[WORKING DATA]:
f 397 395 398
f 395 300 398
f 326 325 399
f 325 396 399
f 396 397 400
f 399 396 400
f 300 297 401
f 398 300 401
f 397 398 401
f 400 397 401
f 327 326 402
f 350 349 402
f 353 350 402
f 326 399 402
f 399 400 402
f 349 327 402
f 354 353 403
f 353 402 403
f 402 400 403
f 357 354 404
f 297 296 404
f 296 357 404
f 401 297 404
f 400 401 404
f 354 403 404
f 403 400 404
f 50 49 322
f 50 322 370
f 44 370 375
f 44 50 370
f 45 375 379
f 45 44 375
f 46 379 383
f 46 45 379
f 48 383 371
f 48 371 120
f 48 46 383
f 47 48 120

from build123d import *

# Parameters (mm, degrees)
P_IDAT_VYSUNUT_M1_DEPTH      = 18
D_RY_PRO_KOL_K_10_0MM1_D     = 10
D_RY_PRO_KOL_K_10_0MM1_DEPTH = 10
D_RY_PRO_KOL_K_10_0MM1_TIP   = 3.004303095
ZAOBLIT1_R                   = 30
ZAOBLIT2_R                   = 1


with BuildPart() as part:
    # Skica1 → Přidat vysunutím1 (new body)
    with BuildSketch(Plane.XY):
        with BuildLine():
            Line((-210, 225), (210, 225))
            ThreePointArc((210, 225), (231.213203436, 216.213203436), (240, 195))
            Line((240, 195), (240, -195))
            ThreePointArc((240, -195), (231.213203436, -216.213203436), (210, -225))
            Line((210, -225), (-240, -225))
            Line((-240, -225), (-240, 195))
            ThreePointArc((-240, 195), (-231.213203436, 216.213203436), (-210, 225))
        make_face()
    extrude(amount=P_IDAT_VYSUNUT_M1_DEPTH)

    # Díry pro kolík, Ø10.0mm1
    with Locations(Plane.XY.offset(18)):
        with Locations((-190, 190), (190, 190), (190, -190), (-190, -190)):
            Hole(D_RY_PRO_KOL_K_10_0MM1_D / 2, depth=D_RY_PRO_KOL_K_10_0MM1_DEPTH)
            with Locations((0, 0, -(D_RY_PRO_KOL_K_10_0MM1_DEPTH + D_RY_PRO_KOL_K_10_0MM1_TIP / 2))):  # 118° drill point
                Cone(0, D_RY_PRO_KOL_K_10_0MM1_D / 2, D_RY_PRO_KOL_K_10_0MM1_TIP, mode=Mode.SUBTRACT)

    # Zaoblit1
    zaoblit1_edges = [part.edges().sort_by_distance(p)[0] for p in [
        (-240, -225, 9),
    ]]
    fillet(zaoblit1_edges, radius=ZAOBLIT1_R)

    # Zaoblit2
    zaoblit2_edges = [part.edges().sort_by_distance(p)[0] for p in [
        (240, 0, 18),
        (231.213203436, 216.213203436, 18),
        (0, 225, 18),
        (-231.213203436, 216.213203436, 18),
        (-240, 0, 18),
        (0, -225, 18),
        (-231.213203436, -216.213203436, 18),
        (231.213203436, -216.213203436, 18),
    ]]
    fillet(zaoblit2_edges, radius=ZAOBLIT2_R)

* * *

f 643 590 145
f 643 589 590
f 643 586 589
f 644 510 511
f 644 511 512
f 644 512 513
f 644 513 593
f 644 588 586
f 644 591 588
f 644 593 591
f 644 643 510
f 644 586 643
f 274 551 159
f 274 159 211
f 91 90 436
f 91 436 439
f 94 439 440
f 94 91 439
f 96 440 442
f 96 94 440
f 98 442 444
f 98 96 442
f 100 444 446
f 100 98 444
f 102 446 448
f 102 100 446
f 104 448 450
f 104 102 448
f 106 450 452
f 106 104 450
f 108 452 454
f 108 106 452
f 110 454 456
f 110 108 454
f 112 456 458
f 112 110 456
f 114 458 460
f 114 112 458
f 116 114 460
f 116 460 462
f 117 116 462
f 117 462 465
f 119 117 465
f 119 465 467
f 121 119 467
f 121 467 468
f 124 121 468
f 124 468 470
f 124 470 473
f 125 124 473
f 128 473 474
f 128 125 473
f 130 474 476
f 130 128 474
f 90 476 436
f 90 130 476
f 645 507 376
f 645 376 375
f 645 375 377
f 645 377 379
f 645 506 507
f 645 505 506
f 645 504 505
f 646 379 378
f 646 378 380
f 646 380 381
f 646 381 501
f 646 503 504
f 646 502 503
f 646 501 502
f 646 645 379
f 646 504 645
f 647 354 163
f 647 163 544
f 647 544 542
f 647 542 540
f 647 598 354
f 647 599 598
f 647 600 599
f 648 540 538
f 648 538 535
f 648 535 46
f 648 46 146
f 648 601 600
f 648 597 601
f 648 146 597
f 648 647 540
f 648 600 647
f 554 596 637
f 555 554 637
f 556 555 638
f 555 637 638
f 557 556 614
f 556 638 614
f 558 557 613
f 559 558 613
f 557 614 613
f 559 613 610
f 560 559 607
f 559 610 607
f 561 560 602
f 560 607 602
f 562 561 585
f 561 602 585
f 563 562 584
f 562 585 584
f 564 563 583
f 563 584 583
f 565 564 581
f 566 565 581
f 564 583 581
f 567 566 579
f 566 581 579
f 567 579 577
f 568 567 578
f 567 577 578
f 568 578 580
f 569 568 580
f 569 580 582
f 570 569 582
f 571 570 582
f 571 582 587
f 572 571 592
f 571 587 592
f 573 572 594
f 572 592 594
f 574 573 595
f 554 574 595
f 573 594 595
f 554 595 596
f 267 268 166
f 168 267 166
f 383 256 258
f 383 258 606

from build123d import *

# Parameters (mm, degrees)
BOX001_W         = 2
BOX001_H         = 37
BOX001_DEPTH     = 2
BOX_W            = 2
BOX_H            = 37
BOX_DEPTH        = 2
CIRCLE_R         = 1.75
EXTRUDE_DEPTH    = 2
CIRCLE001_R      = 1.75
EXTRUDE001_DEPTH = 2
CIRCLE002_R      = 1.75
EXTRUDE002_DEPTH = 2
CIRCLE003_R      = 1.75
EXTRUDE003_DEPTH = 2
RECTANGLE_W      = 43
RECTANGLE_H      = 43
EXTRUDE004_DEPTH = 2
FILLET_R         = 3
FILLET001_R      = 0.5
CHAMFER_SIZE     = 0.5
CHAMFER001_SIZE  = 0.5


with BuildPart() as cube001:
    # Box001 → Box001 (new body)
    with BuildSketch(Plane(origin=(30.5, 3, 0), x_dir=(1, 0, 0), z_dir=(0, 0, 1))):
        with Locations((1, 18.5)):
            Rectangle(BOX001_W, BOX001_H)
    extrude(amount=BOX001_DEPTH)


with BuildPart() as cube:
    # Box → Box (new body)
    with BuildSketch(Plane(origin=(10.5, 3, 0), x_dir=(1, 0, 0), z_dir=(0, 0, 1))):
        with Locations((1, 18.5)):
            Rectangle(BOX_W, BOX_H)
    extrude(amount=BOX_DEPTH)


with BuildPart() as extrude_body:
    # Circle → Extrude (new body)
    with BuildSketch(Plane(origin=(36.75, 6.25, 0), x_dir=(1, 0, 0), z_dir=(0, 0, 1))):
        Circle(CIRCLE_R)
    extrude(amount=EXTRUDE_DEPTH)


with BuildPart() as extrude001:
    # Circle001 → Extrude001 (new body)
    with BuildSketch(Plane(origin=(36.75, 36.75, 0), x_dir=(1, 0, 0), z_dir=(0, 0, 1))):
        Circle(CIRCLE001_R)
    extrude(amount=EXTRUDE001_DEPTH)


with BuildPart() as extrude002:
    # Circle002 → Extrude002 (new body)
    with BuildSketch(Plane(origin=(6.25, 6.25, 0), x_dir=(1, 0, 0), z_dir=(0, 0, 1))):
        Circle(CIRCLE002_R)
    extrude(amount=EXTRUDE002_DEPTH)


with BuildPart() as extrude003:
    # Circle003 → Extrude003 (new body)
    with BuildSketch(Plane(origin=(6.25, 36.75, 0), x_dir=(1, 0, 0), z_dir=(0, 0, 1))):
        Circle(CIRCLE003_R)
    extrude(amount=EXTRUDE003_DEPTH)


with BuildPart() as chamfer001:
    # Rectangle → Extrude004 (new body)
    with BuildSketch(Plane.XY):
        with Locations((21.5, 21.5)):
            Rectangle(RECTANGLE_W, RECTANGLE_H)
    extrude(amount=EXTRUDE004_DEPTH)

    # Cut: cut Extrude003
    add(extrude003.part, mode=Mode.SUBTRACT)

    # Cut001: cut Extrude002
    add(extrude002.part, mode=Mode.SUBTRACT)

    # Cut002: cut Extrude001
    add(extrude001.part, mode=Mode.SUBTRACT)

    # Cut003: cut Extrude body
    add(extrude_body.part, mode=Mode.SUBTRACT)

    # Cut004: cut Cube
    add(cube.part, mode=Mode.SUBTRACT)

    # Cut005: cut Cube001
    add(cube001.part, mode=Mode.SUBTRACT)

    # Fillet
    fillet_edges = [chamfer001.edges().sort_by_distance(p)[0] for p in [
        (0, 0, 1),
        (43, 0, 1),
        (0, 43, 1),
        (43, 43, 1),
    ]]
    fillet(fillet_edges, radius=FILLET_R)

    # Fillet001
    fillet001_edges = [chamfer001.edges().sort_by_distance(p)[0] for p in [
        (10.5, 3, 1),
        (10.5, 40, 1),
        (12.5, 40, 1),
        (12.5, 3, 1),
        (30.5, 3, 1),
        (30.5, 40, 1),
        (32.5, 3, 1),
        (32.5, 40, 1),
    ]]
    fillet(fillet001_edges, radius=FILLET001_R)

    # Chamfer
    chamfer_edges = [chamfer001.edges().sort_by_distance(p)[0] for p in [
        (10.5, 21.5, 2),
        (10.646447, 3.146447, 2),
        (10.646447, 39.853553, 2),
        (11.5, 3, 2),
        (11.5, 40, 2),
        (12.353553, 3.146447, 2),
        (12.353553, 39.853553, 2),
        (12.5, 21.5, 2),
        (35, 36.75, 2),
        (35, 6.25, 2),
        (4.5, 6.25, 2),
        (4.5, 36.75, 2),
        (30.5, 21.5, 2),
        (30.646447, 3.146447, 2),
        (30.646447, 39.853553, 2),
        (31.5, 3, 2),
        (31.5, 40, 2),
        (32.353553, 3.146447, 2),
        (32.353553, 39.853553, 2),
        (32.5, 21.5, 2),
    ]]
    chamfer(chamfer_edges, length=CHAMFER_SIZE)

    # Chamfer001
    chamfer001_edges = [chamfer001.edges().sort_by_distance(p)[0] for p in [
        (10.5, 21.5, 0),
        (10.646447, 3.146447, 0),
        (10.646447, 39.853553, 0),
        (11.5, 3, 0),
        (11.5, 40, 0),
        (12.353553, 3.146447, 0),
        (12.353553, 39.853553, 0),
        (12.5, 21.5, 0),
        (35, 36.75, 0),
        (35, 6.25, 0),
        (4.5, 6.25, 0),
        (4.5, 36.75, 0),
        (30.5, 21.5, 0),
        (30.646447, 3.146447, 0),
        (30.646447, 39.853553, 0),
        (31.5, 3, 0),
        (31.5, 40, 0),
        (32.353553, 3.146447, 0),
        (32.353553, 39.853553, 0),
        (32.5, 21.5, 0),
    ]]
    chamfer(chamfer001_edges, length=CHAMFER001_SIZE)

[YOUR ASSIGNMENT]:
Look above for the line with "f 50 322 370" and the line with "D_RY_PRO_KOL_K_10_0MM1_DEPTH = 10", and reproduce exactly those two lines plus every line between, nothing more.

[RESULT OF THE TASK]:
f 50 322 370
f 44 370 375
f 44 50 370
f 45 375 379
f 45 44 375
f 46 379 383
f 46 45 379
f 48 383 371
f 48 371 120
f 48 46 383
f 47 48 120

from build123d import *

# Parameters (mm, degrees)
P_IDAT_VYSUNUT_M1_DEPTH      = 18
D_RY_PRO_KOL_K_10_0MM1_D     = 10
D_RY_PRO_KOL_K_10_0MM1_DEPTH = 10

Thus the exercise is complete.